🤖 AI Summary
Multimodal large language models (MLLMs) lack reliable, scalable automatic evaluation methods for dermatological diagnostic report generation. Method: We introduce DermBench—the first real-world clinical image–report benchmark (4,000 cases)—and propose DermEval, a reference-free multimodal evaluation model. DermEval pioneers a clinically grounded, fine-grained scoring framework integrating structured critique with dimension-wise scoring, enabling fully automated, reproducible assessment without human-written references. Contribution/Results: On a 4,500-case test set, DermEval achieves a mean absolute deviation of only 0.117 from expert ratings (on a 5-point scale), significantly outperforming existing approaches.

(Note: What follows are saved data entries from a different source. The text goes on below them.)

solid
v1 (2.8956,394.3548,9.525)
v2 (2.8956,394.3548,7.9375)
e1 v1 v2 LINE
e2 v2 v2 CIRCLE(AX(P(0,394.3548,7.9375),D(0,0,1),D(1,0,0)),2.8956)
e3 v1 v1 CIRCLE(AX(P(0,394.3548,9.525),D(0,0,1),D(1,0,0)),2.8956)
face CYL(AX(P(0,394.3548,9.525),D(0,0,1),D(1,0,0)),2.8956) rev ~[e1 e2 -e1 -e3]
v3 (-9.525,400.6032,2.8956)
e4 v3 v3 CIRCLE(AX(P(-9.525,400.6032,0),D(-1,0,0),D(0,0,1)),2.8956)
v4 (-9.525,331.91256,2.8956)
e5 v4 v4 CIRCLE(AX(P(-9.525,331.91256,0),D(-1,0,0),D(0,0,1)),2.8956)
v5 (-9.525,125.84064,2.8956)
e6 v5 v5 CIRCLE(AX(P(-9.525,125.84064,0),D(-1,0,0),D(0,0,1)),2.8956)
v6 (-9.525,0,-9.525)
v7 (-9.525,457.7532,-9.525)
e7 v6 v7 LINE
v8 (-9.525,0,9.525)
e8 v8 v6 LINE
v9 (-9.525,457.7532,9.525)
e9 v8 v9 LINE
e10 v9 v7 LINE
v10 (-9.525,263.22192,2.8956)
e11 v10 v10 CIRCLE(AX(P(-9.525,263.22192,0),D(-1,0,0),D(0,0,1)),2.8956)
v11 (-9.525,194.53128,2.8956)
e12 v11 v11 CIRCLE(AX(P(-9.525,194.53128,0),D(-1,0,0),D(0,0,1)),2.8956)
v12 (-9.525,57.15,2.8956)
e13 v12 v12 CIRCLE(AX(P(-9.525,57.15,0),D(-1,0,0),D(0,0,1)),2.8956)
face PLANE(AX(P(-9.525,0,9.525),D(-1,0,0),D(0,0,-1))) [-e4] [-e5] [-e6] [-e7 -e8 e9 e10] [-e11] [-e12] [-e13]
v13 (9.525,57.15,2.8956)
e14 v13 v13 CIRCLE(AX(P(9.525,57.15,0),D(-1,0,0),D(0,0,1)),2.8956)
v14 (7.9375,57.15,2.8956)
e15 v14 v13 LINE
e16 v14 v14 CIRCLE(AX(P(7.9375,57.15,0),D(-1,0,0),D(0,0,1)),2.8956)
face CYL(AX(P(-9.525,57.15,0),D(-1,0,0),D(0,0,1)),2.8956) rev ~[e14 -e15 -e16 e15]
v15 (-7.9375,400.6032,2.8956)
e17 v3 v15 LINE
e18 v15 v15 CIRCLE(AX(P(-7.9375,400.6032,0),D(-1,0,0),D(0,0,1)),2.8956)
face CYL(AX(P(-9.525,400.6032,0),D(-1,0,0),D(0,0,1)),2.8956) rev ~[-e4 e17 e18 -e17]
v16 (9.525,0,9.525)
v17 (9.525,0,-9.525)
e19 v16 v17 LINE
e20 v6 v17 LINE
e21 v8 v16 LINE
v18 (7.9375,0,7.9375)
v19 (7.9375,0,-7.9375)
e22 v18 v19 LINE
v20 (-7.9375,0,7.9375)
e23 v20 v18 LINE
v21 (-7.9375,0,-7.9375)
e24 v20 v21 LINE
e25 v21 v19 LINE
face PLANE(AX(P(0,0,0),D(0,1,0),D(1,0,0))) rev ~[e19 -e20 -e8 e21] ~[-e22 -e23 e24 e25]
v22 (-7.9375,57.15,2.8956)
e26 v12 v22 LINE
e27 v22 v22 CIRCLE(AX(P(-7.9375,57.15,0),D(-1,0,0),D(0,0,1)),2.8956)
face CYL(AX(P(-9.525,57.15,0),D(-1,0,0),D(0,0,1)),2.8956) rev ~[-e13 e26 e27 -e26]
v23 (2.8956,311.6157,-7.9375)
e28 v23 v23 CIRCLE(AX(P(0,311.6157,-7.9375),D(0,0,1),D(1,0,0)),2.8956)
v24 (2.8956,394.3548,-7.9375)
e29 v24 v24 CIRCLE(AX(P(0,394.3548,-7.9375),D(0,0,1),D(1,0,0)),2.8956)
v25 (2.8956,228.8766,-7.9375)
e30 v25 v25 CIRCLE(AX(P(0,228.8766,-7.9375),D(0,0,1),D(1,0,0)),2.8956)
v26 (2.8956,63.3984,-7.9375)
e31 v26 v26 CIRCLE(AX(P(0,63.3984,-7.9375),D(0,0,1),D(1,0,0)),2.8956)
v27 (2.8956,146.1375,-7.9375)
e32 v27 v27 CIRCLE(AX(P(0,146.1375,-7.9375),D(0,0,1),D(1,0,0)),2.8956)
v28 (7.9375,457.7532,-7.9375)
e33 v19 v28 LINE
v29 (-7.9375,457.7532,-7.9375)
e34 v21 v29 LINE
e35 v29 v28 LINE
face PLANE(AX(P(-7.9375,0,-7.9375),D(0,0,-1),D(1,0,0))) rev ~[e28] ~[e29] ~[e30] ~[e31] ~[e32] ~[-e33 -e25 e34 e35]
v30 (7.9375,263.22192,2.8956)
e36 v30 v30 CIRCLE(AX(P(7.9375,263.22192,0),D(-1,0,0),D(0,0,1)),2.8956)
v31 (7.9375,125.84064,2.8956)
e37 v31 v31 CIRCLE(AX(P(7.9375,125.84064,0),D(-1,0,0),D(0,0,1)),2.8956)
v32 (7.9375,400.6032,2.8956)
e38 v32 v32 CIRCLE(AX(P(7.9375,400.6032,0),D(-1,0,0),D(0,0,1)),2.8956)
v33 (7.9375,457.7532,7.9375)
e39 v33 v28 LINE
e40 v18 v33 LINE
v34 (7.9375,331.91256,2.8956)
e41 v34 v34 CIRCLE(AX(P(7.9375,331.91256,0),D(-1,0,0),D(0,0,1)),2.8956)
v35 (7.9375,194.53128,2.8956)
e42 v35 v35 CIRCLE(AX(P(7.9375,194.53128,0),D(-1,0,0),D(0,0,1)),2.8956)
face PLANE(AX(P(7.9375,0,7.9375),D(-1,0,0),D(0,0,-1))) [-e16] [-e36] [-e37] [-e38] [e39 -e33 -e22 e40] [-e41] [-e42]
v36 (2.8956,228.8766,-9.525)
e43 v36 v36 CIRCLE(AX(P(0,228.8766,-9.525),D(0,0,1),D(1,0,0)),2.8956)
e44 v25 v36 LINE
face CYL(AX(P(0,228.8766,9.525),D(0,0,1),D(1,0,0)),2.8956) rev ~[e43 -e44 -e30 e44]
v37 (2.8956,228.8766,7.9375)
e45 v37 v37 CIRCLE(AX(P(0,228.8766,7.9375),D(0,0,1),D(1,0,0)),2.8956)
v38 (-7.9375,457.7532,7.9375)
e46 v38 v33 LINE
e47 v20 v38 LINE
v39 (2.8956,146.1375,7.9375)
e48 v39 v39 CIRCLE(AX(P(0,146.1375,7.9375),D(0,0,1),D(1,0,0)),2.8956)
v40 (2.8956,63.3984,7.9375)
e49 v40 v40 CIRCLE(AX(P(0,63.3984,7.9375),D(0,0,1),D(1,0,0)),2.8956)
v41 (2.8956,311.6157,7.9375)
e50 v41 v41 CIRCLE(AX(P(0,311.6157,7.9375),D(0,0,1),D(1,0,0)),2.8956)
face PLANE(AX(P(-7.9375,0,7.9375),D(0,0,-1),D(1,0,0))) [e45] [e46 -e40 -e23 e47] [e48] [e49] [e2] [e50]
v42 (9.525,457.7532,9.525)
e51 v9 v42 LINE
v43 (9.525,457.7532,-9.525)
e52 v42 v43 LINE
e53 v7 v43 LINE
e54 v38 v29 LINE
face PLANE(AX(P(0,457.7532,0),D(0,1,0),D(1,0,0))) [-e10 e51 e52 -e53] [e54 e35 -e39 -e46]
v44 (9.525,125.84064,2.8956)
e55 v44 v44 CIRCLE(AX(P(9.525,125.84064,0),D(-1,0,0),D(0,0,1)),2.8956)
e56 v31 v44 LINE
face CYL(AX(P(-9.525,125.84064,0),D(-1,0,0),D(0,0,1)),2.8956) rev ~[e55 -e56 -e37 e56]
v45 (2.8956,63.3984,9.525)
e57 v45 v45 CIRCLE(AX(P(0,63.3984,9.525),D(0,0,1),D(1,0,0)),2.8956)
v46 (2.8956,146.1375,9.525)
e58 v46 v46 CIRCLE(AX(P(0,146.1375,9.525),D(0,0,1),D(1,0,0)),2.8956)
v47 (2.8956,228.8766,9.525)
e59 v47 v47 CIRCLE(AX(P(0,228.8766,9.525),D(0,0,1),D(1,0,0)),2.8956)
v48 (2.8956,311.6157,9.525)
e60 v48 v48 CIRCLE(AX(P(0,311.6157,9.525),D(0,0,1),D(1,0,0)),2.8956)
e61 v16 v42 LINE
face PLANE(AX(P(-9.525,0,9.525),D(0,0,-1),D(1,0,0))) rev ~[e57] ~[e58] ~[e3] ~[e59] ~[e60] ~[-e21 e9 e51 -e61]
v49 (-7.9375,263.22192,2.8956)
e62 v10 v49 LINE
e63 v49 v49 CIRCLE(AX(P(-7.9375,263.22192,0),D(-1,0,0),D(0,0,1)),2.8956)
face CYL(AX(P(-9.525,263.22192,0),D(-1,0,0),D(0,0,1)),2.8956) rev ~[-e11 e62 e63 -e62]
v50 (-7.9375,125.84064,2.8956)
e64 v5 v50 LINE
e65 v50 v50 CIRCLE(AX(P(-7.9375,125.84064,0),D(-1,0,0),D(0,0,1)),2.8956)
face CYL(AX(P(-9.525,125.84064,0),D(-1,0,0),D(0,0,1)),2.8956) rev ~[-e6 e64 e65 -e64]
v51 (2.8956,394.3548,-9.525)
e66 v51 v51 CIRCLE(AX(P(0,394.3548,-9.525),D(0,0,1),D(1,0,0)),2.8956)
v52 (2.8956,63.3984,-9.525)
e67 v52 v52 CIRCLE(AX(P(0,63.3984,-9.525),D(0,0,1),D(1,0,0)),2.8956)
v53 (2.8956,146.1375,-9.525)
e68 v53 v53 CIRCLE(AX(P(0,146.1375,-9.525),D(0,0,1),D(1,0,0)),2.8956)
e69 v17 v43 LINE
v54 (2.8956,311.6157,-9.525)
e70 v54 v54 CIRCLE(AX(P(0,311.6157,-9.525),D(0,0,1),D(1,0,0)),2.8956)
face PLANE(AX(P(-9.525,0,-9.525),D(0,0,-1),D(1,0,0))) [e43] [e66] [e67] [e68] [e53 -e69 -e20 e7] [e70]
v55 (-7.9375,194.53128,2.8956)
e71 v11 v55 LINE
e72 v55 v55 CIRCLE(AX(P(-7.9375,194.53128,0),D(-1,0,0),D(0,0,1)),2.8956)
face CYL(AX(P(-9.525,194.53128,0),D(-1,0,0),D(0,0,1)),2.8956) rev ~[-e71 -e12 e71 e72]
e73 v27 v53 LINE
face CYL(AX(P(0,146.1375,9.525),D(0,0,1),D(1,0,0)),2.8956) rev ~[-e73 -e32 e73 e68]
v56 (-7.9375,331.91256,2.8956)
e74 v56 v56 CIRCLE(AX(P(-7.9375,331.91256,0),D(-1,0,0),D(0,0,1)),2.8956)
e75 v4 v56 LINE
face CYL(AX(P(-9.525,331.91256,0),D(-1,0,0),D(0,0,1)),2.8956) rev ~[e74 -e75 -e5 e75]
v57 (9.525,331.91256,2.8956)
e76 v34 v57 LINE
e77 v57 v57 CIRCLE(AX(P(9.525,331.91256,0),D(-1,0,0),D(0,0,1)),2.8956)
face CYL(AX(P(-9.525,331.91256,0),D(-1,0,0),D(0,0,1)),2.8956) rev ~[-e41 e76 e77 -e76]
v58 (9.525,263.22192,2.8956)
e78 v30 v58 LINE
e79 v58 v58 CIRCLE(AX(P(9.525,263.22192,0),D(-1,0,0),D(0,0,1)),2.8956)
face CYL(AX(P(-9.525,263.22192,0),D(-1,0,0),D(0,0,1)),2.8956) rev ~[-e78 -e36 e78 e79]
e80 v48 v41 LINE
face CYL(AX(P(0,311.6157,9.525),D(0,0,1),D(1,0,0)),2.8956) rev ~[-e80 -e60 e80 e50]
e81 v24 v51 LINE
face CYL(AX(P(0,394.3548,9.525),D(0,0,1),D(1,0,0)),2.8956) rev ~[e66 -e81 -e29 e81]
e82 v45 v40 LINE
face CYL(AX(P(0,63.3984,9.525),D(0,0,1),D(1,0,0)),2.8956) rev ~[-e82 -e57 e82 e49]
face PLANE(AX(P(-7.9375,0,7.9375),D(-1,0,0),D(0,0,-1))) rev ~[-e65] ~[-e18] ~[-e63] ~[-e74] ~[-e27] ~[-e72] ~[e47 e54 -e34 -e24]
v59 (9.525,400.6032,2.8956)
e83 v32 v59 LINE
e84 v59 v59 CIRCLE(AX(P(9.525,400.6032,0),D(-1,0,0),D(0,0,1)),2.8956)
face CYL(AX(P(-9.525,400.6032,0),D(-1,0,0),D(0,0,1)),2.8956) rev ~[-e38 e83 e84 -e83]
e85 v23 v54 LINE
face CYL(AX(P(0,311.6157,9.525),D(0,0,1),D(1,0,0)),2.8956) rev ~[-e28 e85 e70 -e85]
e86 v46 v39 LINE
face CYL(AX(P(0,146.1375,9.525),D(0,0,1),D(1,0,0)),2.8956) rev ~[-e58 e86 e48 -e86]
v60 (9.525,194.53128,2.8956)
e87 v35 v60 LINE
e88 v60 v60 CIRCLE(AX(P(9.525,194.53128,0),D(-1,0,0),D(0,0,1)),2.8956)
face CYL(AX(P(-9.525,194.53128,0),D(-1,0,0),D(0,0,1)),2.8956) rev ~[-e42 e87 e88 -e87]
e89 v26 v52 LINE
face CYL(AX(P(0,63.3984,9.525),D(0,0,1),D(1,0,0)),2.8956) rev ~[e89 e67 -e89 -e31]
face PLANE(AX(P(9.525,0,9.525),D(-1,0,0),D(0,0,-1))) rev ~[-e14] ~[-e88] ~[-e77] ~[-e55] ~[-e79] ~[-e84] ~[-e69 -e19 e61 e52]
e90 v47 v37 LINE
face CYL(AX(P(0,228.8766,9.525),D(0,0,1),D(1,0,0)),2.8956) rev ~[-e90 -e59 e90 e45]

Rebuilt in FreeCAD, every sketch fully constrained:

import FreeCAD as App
import Part
import Sketcher
Q = App.Units.Quantity

doc = App.newDocument("Part")
params = doc.addObject("Spreadsheet::Sheet", "Params")
for row, (alias, value) in enumerate([
    ("sketch1_width", "0.75 in"),
    ("sketch1_width2", "0.625 in"),
    ("pad1_length", "457.7532 mm"),
    ("sketch2_diameter", "0.228 in"),
    ("linearpattern_pitch", "82.7391 mm"),
    ("sketch3_diameter", "0.228 in"),
    ("linearpattern2_pitch", "68.69064 mm"),
], start=1):
    params.set(f"A{row}", alias)
    params.set(f"B{row}", "=" + value)
    params.setAlias(f"B{row}", alias)

body = doc.addObject("PartDesign::Body", "Body")

sketch1 = body.newObject("Sketcher::SketchObject", "Sketch")
sketch1.AttachmentSupport = (doc.getObject("XZ_Plane"), [""])
sketch1.MapMode = "FlatFace"
sketch1.addGeometry([
    Part.LineSegment(App.Vector(-9.525, -9.525, 0), App.Vector(-9.525, 9.525, 0)),
    Part.LineSegment(App.Vector(-9.525, 9.525, 0), App.Vector(9.525, 9.525, 0)),
    Part.LineSegment(App.Vector(9.525, 9.525, 0), App.Vector(9.525, -9.525, 0)),
    Part.LineSegment(App.Vector(9.525, -9.525, 0), App.Vector(-9.525, -9.525, 0)),
    Part.LineSegment(App.Vector(7.9375, 7.9375, 0), App.Vector(-7.9375, 7.9375, 0)),
    Part.LineSegment(App.Vector(-7.9375, 7.9375, 0), App.Vector(-7.9375, -7.9375, 0)),
    Part.LineSegment(App.Vector(-7.9375, -7.9375, 0), App.Vector(7.9375, -7.9375, 0)),
    Part.LineSegment(App.Vector(7.9375, -7.9375, 0), App.Vector(7.9375, 7.9375, 0)),
], False)
sketch1.addConstraint([
    Sketcher.Constraint("Coincident", 0, 2, 1, 1),
    Sketcher.Constraint("Coincident", 1, 2, 2, 1),
    Sketcher.Constraint("Coincident", 2, 2, 3, 1),
    Sketcher.Constraint("Coincident", 3, 2, 0, 1),
    Sketcher.Constraint("Coincident", 4, 2, 5, 1),
    Sketcher.Constraint("Coincident", 5, 2, 6, 1),
    Sketcher.Constraint("Coincident", 6, 2, 7, 1),
    Sketcher.Constraint("Coincident", 7, 2, 4, 1),
    Sketcher.Constraint("Vertical", 0),
    Sketcher.Constraint("Horizontal", 1),
    Sketcher.Constraint("Vertical", 2),
    Sketcher.Constraint("Horizontal", 3),
    Sketcher.Constraint("Horizontal", 4),
    Sketcher.Constraint("Vertical", 5),
    Sketcher.Constraint("Horizontal", 6),
    Sketcher.Constraint("Vertical", 7),
    Sketcher.Constraint("Symmetric", 0, 2, 2, 2, -1, 1),
    Sketcher.Constraint("Symmetric", 4, 2, 6, 2, -1, 1),
    Sketcher.Constraint("Equal", 3, 0),
    Sketcher.Constraint("Equal", 6, 5),
    Sketcher.Constraint("DistanceX", 1, 1, 1, 2, Q("0.75 in")),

This work establishes the first integration of an expert-curated clinical benchmark with multidimensional automatic evaluation, substantially enhancing consistency, interpretability, and clinical credibility in diagnostic report assessment.
📝 Abstract
Multimodal large language models (LLMs) are increasingly used to generate dermatology diagnostic narratives directly from images. However, reliable evaluation remains the primary bottleneck for responsible clinical deployment. We introduce a novel evaluation framework that combines DermBench, a meticulously curated benchmark, with DermEval, a robust automatic evaluator, to enable clinically meaningful, reproducible, and scalable assessment. We build DermBench, which pairs 4,000 real-world dermatology images with expert-certified diagnostic narratives and uses an LLM-based judge to score candidate narratives across clinically grounded dimensions, enabling consistent and comprehensive evaluation of multimodal models. For individual case assessment, we train DermEval, a reference-free multimodal evaluator. Given an image and a generated narrative, DermEval produces a structured critique along with an overall score and per-dimension ratings. This capability enables fine-grained, per-case analysis, which is critical for identifying model limitations and biases. Experiments on a diverse dataset of 4,500 cases demonstrate that DermBench and DermEval achieve close alignment with expert ratings, with mean deviations of 0.251 and 0.117 (out of 5), respectively, providing reliable measurement of diagnostic ability and trustworthiness across different multimodal LLMs.